Part of the Semantic Representation series:
- Constructing a Knowledge Graph on Sri Lankan Politics
- Ingesting and Visualizing RDF Data with Neo4j
- Further querying on the Knowledge Graph of Sri Lankan PoliticsThis post!
Introduction
In this article, we will perform some more in-depth querying on the knowledge graph of Sri Lankan politics we created earlier. This knowledge graph contains rich data about the Sri Lankan political landscape.
Querying a Single Entity
A basic operation is to query for a single entity. Here, we try to get the node of the second President of Sri Lanka, J. R. Jayewardene. The following Cypher query will return the target node:
MATCH (n:PERSON {label: 'Junius Richard Jayewardene'})
RETURN n
Upon expansion, we can get the following visualization in the browser:
Notice the nodes, relationships, and color coding according to labels. This simple query helps in isolating specific individuals within the graph.
Finding Politicians with the Most Party Memberships
Next, let’s find out which politicians have the most number of party memberships. Here, we aim to get the top 3:
MATCH (p:PERSON)-[r:memberOf]->(party:PARTY_OR_COALITION)
WITH p, COUNT(r) AS MembershipCount, COLLECT(party.label) AS Parties
ORDER BY MembershipCount DESC
LIMIT 3
RETURN p.label AS Politician, MembershipCount, Parties
This query will return a list of politicians, the count of their party memberships, and the parties they are associated with.
Shortest Path Analysis
Shortest path analysis is a powerful method to uncover the most direct connections between two entities. This can be particularly insightful in political networks, where relationships and affiliations play a crucial role.
We can use common algorithms such as Dijkstra’s or A* for shortest path calculation. In Neo4j, the shortestPath
function provides an efficient way to find the shortest path between nodes. Here, we demonstrate how to find the shortest path between two prominent Sri Lankan politicians, Sajith Premadasa and Anura Kumara Dissanayake, allowing only specific types of relationships:
MATCH (start:PERSON {label: 'Sajith Premadasa'}), (end:PERSON {label: 'Anura Kumara Dissanayake'})

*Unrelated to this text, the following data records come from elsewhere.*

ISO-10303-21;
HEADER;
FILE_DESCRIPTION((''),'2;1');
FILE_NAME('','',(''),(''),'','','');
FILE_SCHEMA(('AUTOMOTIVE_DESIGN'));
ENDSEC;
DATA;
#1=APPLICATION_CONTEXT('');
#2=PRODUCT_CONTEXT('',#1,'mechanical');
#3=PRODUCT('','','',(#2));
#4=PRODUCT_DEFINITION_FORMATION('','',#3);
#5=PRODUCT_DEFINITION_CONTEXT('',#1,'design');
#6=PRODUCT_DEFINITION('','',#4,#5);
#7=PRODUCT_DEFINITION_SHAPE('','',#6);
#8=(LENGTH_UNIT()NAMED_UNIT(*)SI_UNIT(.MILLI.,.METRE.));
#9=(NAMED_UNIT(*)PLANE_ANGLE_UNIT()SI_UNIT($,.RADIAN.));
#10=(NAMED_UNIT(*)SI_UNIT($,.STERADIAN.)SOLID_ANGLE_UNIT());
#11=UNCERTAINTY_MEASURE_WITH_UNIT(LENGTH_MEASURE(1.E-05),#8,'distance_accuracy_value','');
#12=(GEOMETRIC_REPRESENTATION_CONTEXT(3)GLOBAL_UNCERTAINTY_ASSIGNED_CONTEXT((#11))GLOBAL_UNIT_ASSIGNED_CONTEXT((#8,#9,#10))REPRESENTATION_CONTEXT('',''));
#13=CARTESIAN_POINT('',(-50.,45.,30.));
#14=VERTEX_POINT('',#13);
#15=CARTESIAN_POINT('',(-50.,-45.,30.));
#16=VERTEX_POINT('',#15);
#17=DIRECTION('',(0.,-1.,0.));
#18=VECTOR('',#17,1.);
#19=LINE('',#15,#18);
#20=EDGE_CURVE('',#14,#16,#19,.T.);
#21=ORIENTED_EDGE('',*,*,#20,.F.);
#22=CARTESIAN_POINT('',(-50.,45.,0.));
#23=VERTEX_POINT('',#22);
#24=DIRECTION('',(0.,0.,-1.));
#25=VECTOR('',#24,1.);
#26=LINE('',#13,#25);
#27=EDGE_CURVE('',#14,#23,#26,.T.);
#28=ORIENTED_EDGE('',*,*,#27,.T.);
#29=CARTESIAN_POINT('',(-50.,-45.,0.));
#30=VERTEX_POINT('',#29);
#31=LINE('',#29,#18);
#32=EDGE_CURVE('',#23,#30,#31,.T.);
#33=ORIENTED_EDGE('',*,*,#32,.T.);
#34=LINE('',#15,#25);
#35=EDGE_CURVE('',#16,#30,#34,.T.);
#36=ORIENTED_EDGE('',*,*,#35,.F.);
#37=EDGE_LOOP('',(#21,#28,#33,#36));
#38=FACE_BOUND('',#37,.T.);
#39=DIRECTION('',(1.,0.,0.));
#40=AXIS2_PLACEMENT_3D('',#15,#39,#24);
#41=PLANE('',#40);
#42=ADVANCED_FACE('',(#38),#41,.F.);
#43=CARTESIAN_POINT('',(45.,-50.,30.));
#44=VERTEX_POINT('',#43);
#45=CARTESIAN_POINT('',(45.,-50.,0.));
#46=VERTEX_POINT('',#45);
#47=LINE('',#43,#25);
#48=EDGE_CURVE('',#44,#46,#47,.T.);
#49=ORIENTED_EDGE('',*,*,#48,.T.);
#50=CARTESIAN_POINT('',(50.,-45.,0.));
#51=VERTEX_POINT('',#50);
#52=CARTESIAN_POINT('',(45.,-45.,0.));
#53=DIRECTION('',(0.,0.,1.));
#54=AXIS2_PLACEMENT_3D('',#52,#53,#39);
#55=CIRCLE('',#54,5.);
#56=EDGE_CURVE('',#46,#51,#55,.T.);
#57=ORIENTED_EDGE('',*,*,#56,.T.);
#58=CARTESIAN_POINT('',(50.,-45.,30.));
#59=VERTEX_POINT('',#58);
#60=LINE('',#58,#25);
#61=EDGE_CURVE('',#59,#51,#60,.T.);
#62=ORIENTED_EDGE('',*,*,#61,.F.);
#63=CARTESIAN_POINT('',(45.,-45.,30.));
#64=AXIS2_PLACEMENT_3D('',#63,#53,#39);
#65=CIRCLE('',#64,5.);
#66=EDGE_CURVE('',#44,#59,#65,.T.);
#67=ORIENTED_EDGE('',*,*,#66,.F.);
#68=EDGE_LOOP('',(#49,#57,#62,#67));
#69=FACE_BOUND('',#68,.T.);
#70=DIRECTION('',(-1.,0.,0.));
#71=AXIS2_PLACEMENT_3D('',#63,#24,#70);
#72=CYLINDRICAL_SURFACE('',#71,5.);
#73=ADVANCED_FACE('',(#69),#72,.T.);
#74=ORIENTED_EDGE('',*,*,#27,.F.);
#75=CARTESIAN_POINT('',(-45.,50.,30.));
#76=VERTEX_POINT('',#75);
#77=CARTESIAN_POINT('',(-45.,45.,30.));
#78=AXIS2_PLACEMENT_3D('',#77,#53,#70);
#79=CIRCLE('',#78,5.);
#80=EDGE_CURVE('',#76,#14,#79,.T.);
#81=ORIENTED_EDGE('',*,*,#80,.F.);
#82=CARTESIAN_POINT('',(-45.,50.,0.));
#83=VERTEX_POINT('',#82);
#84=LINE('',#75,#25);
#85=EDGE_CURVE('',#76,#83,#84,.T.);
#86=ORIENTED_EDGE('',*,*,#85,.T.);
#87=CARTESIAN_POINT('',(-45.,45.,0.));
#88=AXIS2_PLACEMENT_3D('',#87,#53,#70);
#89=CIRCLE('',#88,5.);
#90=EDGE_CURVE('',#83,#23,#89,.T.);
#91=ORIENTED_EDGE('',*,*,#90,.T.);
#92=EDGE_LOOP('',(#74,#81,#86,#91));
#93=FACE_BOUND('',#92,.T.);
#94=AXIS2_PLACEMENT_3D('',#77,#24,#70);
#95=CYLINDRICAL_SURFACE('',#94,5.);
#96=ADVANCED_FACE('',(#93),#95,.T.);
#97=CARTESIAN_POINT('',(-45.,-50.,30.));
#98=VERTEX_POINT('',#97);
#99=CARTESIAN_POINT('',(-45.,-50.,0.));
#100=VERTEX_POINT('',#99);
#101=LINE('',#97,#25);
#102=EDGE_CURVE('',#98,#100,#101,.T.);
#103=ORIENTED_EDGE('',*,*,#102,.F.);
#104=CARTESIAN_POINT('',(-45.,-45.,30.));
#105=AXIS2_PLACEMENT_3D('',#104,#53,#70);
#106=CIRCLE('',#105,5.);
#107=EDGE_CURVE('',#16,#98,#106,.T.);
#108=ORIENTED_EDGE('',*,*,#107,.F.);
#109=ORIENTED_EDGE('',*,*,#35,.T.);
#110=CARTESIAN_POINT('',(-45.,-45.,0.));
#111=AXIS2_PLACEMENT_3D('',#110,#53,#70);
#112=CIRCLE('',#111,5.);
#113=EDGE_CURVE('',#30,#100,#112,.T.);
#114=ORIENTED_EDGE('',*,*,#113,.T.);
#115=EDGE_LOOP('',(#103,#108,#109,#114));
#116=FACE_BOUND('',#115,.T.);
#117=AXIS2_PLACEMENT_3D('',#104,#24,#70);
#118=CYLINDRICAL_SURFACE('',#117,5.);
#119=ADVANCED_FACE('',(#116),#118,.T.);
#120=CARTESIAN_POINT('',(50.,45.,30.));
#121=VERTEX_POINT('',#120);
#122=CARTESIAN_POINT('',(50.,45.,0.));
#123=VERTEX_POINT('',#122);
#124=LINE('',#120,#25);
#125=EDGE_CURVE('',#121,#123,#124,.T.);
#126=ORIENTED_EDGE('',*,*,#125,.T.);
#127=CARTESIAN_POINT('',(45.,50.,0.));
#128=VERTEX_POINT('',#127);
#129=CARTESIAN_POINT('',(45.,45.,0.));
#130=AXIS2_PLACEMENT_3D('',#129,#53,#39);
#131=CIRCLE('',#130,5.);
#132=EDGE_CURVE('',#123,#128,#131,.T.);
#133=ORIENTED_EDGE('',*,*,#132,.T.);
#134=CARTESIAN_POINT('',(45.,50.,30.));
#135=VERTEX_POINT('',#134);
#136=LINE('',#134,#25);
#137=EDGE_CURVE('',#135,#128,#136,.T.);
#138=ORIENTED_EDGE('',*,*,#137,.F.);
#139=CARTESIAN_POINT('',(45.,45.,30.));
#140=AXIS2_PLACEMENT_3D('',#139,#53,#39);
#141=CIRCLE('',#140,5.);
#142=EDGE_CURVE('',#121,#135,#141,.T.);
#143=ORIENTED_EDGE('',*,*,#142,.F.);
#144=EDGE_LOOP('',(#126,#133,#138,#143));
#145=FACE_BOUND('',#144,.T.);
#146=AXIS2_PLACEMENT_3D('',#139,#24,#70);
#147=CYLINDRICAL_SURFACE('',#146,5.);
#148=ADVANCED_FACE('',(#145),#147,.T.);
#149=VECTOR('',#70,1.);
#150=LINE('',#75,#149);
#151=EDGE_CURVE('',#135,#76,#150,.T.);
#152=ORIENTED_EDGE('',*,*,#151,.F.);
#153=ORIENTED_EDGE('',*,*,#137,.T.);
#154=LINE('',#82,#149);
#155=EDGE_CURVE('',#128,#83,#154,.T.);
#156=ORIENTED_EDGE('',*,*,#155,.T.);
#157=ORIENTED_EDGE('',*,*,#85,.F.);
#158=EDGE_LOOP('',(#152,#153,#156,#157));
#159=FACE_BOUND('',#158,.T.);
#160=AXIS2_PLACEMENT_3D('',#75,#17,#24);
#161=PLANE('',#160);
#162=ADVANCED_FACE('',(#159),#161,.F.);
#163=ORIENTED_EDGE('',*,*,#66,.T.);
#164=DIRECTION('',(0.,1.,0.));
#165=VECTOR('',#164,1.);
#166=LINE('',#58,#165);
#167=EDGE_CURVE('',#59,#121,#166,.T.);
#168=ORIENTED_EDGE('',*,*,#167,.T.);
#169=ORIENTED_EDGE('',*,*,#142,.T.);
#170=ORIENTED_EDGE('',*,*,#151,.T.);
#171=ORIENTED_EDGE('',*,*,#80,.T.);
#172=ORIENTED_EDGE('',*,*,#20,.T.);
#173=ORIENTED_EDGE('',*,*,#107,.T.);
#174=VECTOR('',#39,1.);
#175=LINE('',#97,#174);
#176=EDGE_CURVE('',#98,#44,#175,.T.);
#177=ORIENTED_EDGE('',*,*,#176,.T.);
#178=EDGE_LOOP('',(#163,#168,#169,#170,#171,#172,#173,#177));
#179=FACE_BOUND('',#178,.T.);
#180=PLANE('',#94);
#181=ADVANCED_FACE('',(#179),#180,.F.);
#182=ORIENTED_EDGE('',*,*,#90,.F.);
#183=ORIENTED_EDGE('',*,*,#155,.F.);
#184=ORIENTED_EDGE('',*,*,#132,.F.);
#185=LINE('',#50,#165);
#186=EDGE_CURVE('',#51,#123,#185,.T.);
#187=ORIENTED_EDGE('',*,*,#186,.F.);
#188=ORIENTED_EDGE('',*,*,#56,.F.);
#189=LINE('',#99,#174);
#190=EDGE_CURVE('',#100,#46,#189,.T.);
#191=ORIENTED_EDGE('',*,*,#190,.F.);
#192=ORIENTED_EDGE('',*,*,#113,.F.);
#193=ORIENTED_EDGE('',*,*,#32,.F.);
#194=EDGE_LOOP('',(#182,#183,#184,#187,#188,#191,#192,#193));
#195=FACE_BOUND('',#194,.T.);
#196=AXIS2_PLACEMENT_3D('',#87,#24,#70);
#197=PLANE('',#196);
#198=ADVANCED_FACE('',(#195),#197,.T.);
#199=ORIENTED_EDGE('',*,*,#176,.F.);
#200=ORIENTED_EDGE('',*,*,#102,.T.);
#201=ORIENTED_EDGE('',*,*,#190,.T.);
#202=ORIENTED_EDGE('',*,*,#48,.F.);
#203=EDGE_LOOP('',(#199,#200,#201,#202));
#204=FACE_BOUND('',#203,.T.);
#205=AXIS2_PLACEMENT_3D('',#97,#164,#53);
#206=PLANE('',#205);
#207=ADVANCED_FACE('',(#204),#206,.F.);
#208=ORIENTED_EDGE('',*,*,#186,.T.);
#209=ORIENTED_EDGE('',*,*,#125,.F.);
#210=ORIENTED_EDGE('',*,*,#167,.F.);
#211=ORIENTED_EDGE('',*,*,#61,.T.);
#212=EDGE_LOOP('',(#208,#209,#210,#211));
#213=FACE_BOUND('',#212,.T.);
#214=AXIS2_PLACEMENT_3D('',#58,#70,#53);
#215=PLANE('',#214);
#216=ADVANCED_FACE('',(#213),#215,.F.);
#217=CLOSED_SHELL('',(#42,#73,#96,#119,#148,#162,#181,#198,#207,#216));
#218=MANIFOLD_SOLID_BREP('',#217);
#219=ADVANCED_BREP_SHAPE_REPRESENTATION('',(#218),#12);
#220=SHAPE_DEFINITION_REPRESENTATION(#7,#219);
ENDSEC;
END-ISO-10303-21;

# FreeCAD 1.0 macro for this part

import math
import FreeCAD as App
import Part
import Sketcher
Q = App.Units.Quantity

doc = App.newDocument("Part")
body = doc.addObject("PartDesign::Body", "Body")

# Sketch on XY plane
sketch1 = doc.addObject("Sketcher::SketchObject", "Sketch")
body.addObject(sketch1)
sketch1.AttachmentSupport = (doc.XY_Plane, [""])
sketch1.MapMode = "FlatFace"
sketch1.addGeometry(Part.LineSegment(App.Vector(-45, -50, 0), App.Vector(45, -50, 0)), False)
sketch1.addGeometry(Part.ArcOfCircle(Part.Circle(App.Vector(45, -45, 0), App.Vector(0, 0, 1), 5), math.radians(-90), math.radians(0)), False)
sketch1.addGeometry(Part.LineSegment(App.Vector(50, -45, 0), App.Vector(50, 45, 0)), False)
sketch1.addGeometry(Part.ArcOfCircle(Part.Circle(App.Vector(45, 45, 0), App.Vector(0, 0, 1), 5), math.radians(0), math.radians(90)), False)
sketch1.addGeometry(Part.LineSegment(App.Vector(45, 50, 0), App.Vector(-45, 50, 0)), False)
sketch1.addGeometry(Part.ArcOfCircle(Part.Circle(App.Vector(-45, 45, 0), App.Vector(0, 0, 1), 5), math.radians(90), math.radians(180)), False)
sketch1.addGeometry(Part.LineSegment(App.Vector(-50, 45, 0), App.Vector(-50, -45, 0)), False)
sketch1.addGeometry(Part.ArcOfCircle(Part.Circle(App.Vector(-45, -45, 0), App.Vector(0, 0, 1), 5), math.radians(180), math.radians(270)), False)
sketch1.addConstraint(Sketcher.Constraint("Tangent", 0, 2, 1, 1))
sketch1.addConstraint(Sketcher.Constraint("Tangent", 1, 2, 2, 1))
sketch1.addConstraint(Sketcher.Constraint("Tangent", 2, 2, 3, 1))
sketch1.addConstraint(Sketcher.Constraint("Tangent", 3, 2, 4, 1))
sketch1.addConstraint(Sketcher.Constraint("Tangent", 4, 2, 5, 1))
sketch1.addConstraint(Sketcher.Constraint("Tangent", 5, 2, 6, 1))
sketch1.addConstraint(Sketcher.Constraint("Tangent", 6, 2, 7, 1))
sketch1.addConstraint(Sketcher.Constraint("Tangent", 7, 2, 0, 1))
sketch1.addConstraint(Sketcher.Constraint("Horizontal", 0))
sketch1.addConstraint(Sketcher.Constraint("Vertical", 2))
sketch1.addConstraint(Sketcher.Constraint("Horizontal", 4))
sketch1.addConstraint(Sketcher.Constraint("Vertical", 6))
sketch1.addConstraint(Sketcher.Constraint("Equal", 1, 3))
sketch1.addConstraint(Sketcher.Constraint("Equal", 3, 5))
sketch1.addConstraint(Sketcher.Constraint("Equal", 5, 7))
sketch1.addConstraint(Sketcher.Constraint("Symmetric", 1, 3, 5, 3, -1, 1))
sketch1.addConstraint(Sketcher.Constraint("Equal", 4, 2))
sketch1.addConstraint(Sketcher.Constraint("Radius", 1, Q("5 mm")))
sketch1.addConstraint(Sketcher.Constraint("DistanceX", 0, 1, 0, 2, Q("90 mm")))
pad1 = doc.addObject("PartDesign::Pad", "Pad")
body.addObject(pad1)
pad1.Profile = sketch1
pad1.Length = 30

doc.recompute()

MATCH path = shortestPath((start)-[:educatedAt|memberOf*]-(end))
RETURN path
This query restricts the path to only include educatedAt
and memberOf
relationships. The result will show the shortest path, if it exists, between the two politicians through their educational institutions and party memberships.
Additional Insights
Beyond these basic and advanced queries, you can extract various other insights from the knowledge graph. Here are a few examples:
-
Top Educational Institutions for Politicians:
MATCH (e:EducationalInstitute)<-[:educatedAt]-(p:PERSON) RETURN e.label AS Institution, COUNT(p) AS AlumniCount ORDER BY AlumniCount DESC LIMIT 5
-
Most Connected Politician (by the number of relationships):
MATCH (p:PERSON)-[r]-() RETURN p.label AS Politician, COUNT(r) AS Connections ORDER BY Connections DESC LIMIT 5
-
Politicians by Ideology:
MATCH (p:PERSON)-[:memberOf]->(:PARTY_OR_COALITION)-[:hasIdeology]->(i:POLTICAL_IDEOLOGY) RETURN i.label AS Ideology, COUNT(p) AS PoliticianCount ORDER BY PoliticianCount DESC
Conclusion
Using Neo4j and Cypher queries, we can perform powerful and insightful analyses on a knowledge graph. From querying individual entities to performing complex shortest path analysis and uncovering hidden patterns. Next we will try to look at some powerful features that are exclusive to graph databases like centrality measures and clustering nodes.